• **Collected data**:
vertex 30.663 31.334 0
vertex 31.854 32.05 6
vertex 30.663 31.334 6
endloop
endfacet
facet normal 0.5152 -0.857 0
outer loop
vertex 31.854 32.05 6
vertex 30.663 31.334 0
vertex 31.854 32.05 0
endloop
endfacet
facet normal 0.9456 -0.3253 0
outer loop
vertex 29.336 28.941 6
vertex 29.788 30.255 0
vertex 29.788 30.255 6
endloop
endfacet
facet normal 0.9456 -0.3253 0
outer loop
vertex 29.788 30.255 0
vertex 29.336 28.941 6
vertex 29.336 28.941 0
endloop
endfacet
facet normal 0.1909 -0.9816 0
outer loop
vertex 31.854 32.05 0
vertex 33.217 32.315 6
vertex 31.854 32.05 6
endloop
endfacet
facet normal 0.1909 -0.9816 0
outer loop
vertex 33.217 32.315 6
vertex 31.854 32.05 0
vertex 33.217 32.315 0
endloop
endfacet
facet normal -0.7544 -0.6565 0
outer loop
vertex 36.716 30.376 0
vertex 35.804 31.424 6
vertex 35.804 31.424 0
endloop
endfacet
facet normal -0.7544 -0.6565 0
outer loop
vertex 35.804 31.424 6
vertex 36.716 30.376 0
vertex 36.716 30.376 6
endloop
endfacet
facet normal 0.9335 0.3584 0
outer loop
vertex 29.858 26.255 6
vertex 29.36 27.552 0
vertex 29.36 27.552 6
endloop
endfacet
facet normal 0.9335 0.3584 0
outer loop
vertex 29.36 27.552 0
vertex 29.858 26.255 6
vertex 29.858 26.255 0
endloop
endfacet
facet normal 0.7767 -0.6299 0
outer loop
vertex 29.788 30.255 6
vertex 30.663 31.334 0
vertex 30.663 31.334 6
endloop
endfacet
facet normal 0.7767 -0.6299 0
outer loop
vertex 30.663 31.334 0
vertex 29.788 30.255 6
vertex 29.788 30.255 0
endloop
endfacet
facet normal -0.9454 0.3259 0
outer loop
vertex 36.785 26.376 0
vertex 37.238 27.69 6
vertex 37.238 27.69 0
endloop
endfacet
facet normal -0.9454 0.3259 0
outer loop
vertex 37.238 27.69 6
...
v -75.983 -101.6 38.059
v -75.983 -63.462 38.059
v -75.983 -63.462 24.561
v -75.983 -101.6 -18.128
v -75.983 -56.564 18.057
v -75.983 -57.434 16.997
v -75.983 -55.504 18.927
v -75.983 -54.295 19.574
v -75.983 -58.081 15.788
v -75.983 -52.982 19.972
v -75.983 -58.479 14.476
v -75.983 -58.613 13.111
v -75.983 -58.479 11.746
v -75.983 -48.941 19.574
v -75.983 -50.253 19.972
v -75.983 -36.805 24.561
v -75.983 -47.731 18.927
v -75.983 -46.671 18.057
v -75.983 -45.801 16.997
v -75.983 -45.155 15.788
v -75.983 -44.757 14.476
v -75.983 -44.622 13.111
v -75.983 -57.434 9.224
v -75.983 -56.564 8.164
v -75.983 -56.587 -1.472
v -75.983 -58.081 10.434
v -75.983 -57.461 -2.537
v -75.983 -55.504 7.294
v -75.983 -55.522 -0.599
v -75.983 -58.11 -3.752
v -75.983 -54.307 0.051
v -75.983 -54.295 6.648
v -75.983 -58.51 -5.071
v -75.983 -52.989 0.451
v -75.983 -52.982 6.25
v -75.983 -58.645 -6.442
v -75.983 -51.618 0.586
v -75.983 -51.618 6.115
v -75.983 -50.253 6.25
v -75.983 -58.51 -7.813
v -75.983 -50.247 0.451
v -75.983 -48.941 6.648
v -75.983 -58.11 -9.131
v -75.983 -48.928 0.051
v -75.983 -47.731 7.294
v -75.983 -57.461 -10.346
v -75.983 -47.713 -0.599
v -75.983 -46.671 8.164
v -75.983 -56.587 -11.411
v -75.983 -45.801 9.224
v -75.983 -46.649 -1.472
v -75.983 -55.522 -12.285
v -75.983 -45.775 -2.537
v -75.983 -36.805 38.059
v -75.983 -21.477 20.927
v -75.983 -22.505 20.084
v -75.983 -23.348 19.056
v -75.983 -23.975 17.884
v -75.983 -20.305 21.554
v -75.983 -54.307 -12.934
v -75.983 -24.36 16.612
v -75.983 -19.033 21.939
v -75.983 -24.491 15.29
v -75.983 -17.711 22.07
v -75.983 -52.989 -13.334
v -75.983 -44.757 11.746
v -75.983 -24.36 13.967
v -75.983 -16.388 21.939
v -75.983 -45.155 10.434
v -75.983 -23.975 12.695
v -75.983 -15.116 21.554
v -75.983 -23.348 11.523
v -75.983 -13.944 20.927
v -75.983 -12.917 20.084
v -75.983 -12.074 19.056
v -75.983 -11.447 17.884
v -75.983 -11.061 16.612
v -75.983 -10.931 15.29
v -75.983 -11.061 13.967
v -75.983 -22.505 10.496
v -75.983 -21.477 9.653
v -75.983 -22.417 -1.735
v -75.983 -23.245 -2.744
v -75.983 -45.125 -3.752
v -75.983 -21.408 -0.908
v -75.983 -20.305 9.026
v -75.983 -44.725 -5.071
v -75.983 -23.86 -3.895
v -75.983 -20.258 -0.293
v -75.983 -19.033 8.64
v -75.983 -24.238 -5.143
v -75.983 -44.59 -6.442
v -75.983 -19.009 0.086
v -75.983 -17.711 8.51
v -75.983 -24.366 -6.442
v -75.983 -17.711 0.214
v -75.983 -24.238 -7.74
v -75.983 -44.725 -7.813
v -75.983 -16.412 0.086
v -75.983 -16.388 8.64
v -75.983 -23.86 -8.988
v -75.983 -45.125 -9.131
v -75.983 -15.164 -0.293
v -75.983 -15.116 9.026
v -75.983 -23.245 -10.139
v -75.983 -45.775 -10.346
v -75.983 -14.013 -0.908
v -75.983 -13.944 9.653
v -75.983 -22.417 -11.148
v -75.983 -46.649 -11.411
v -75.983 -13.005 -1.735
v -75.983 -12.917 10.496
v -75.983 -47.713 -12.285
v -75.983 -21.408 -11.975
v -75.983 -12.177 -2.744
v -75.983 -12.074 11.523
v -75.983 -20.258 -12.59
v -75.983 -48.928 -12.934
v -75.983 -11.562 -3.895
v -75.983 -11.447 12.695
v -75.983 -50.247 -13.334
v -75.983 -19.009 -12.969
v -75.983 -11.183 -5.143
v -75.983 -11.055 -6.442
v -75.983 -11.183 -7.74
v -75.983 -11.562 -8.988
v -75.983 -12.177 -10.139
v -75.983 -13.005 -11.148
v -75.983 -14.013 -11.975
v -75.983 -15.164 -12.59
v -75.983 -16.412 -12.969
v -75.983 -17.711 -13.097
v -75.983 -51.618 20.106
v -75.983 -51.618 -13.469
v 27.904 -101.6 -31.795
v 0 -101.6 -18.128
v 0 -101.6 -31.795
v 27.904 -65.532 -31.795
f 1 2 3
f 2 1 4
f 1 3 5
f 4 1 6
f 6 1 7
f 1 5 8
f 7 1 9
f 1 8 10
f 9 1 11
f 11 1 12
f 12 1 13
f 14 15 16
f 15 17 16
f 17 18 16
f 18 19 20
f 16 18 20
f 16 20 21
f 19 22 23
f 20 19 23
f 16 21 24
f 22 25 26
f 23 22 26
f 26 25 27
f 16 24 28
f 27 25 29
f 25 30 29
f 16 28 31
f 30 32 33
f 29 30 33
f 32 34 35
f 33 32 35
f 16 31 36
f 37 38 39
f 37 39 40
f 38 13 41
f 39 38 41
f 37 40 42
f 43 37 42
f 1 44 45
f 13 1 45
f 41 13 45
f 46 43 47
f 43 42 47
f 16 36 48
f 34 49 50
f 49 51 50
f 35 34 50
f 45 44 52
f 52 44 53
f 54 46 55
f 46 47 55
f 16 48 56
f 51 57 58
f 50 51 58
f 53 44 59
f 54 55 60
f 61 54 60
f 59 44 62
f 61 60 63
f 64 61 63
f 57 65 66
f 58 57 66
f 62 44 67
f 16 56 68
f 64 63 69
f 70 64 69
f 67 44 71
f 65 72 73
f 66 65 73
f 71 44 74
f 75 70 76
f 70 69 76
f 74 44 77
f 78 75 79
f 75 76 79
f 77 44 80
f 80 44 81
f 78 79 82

• **EXERCISE DIRECTIONS**: Return exactly the lines above from the line that has "v -75.983 -54.307 0.051" through the line that has "v -75.983 -57.461 -10.346", inclusive, and nothing else.

• **RESULT OF THE TASK**:
v -75.983 -54.307 0.051
v -75.983 -54.295 6.648
v -75.983 -58.51 -5.071
v -75.983 -52.989 0.451
v -75.983 -52.982 6.25
v -75.983 -58.645 -6.442
v -75.983 -51.618 0.586
v -75.983 -51.618 6.115
v -75.983 -50.253 6.25
v -75.983 -58.51 -7.813
v -75.983 -50.247 0.451
v -75.983 -48.941 6.648
v -75.983 -58.11 -9.131
v -75.983 -48.928 0.051
v -75.983 -47.731 7.294
v -75.983 -57.461 -10.346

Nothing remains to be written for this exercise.